# [Aim of the task]
In the records below, find the line with "BOSS_EXTRUDE1_DEPTH = 18" and the line with "FreeCAD Python script". Print both exactly, along with every line between them, and no other line.
==*==
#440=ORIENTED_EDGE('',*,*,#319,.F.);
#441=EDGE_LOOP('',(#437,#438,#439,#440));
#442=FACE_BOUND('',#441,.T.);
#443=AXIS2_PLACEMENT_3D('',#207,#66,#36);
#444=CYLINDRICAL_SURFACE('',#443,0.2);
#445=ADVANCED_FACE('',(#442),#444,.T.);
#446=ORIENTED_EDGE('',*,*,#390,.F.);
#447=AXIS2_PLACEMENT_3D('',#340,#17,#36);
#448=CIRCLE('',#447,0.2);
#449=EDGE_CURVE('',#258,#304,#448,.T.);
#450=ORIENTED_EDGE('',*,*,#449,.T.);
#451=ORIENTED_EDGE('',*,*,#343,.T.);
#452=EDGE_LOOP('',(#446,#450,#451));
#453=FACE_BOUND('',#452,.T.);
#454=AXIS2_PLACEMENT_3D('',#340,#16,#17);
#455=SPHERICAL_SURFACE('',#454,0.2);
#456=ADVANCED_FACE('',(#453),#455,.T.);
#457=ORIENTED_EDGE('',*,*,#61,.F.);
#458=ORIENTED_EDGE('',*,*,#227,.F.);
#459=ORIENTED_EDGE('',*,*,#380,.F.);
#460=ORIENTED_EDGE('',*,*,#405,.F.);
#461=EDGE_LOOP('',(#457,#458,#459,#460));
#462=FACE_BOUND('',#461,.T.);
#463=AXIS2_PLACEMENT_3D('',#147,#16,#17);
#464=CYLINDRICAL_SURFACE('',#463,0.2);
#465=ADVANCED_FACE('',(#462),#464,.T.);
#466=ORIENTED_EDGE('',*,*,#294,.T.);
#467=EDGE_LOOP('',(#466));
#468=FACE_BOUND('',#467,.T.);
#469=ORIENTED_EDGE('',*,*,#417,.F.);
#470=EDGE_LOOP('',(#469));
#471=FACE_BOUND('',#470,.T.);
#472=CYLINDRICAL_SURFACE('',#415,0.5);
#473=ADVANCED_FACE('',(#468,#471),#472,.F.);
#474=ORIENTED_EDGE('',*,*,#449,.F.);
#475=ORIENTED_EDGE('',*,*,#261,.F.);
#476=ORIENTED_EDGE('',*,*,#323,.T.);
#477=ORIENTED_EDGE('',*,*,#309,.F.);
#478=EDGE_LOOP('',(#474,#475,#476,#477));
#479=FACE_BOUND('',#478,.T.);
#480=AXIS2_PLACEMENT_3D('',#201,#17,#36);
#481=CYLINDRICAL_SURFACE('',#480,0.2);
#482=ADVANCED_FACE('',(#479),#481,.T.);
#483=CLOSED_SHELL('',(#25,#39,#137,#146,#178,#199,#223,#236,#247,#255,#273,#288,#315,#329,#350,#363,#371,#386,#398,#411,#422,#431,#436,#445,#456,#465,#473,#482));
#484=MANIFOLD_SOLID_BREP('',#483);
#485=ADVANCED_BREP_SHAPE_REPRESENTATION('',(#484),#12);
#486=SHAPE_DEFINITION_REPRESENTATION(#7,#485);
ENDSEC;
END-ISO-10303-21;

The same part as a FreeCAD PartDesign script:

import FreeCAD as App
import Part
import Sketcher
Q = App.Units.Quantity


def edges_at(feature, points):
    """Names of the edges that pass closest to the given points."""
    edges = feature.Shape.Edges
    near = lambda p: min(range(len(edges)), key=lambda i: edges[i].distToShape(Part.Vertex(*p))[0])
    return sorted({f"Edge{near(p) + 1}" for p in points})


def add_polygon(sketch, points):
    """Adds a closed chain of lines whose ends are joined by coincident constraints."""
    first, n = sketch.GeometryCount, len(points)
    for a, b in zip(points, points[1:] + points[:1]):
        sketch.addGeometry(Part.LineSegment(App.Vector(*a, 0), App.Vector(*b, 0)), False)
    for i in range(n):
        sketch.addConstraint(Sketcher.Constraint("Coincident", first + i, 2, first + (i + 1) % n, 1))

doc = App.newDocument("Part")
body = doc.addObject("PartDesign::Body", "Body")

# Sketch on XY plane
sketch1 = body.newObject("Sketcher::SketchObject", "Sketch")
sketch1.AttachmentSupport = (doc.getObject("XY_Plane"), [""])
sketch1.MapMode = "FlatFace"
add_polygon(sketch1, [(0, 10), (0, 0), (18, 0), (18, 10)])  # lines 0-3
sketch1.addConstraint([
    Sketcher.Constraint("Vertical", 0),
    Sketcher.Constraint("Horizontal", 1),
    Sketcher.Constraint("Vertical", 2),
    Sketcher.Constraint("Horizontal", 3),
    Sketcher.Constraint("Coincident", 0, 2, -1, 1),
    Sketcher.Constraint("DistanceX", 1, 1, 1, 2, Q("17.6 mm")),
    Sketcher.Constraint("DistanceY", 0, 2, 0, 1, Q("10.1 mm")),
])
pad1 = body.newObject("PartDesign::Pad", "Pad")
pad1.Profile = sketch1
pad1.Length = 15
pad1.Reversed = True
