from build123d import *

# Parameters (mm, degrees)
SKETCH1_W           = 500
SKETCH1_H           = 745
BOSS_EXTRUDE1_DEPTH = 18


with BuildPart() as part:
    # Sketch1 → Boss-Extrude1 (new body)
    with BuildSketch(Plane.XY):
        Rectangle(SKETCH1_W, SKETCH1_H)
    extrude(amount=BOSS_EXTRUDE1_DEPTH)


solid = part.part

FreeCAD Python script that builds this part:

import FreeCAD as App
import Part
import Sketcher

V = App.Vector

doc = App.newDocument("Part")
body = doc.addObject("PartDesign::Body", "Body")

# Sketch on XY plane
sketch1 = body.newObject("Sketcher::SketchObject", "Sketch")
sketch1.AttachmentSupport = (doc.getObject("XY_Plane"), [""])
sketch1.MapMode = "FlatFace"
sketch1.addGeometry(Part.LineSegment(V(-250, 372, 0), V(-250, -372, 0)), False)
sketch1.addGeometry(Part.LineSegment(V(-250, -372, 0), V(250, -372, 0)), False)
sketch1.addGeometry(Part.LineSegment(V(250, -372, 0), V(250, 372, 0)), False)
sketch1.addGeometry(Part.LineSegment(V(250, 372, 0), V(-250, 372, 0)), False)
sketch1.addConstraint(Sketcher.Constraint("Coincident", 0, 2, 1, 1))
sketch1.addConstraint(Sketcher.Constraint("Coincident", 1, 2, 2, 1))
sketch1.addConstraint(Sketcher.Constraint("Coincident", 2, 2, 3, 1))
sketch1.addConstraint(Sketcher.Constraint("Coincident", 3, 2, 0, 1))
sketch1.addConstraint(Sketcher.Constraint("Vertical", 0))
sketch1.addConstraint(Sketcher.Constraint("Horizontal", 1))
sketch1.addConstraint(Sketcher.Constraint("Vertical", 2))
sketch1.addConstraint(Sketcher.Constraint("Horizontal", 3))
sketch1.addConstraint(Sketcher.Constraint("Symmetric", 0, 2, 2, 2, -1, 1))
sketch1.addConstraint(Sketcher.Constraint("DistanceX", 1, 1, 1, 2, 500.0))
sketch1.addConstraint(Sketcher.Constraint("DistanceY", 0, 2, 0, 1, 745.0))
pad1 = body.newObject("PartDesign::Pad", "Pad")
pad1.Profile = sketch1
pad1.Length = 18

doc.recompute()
==*==
# [Written solution]
BOSS_EXTRUDE1_DEPTH = 18


with BuildPart() as part:
    # Sketch1 → Boss-Extrude1 (new body)
    with BuildSketch(Plane.XY):
        Rectangle(SKETCH1_W, SKETCH1_H)
    extrude(amount=BOSS_EXTRUDE1_DEPTH)


solid = part.part

FreeCAD Python script that builds this part:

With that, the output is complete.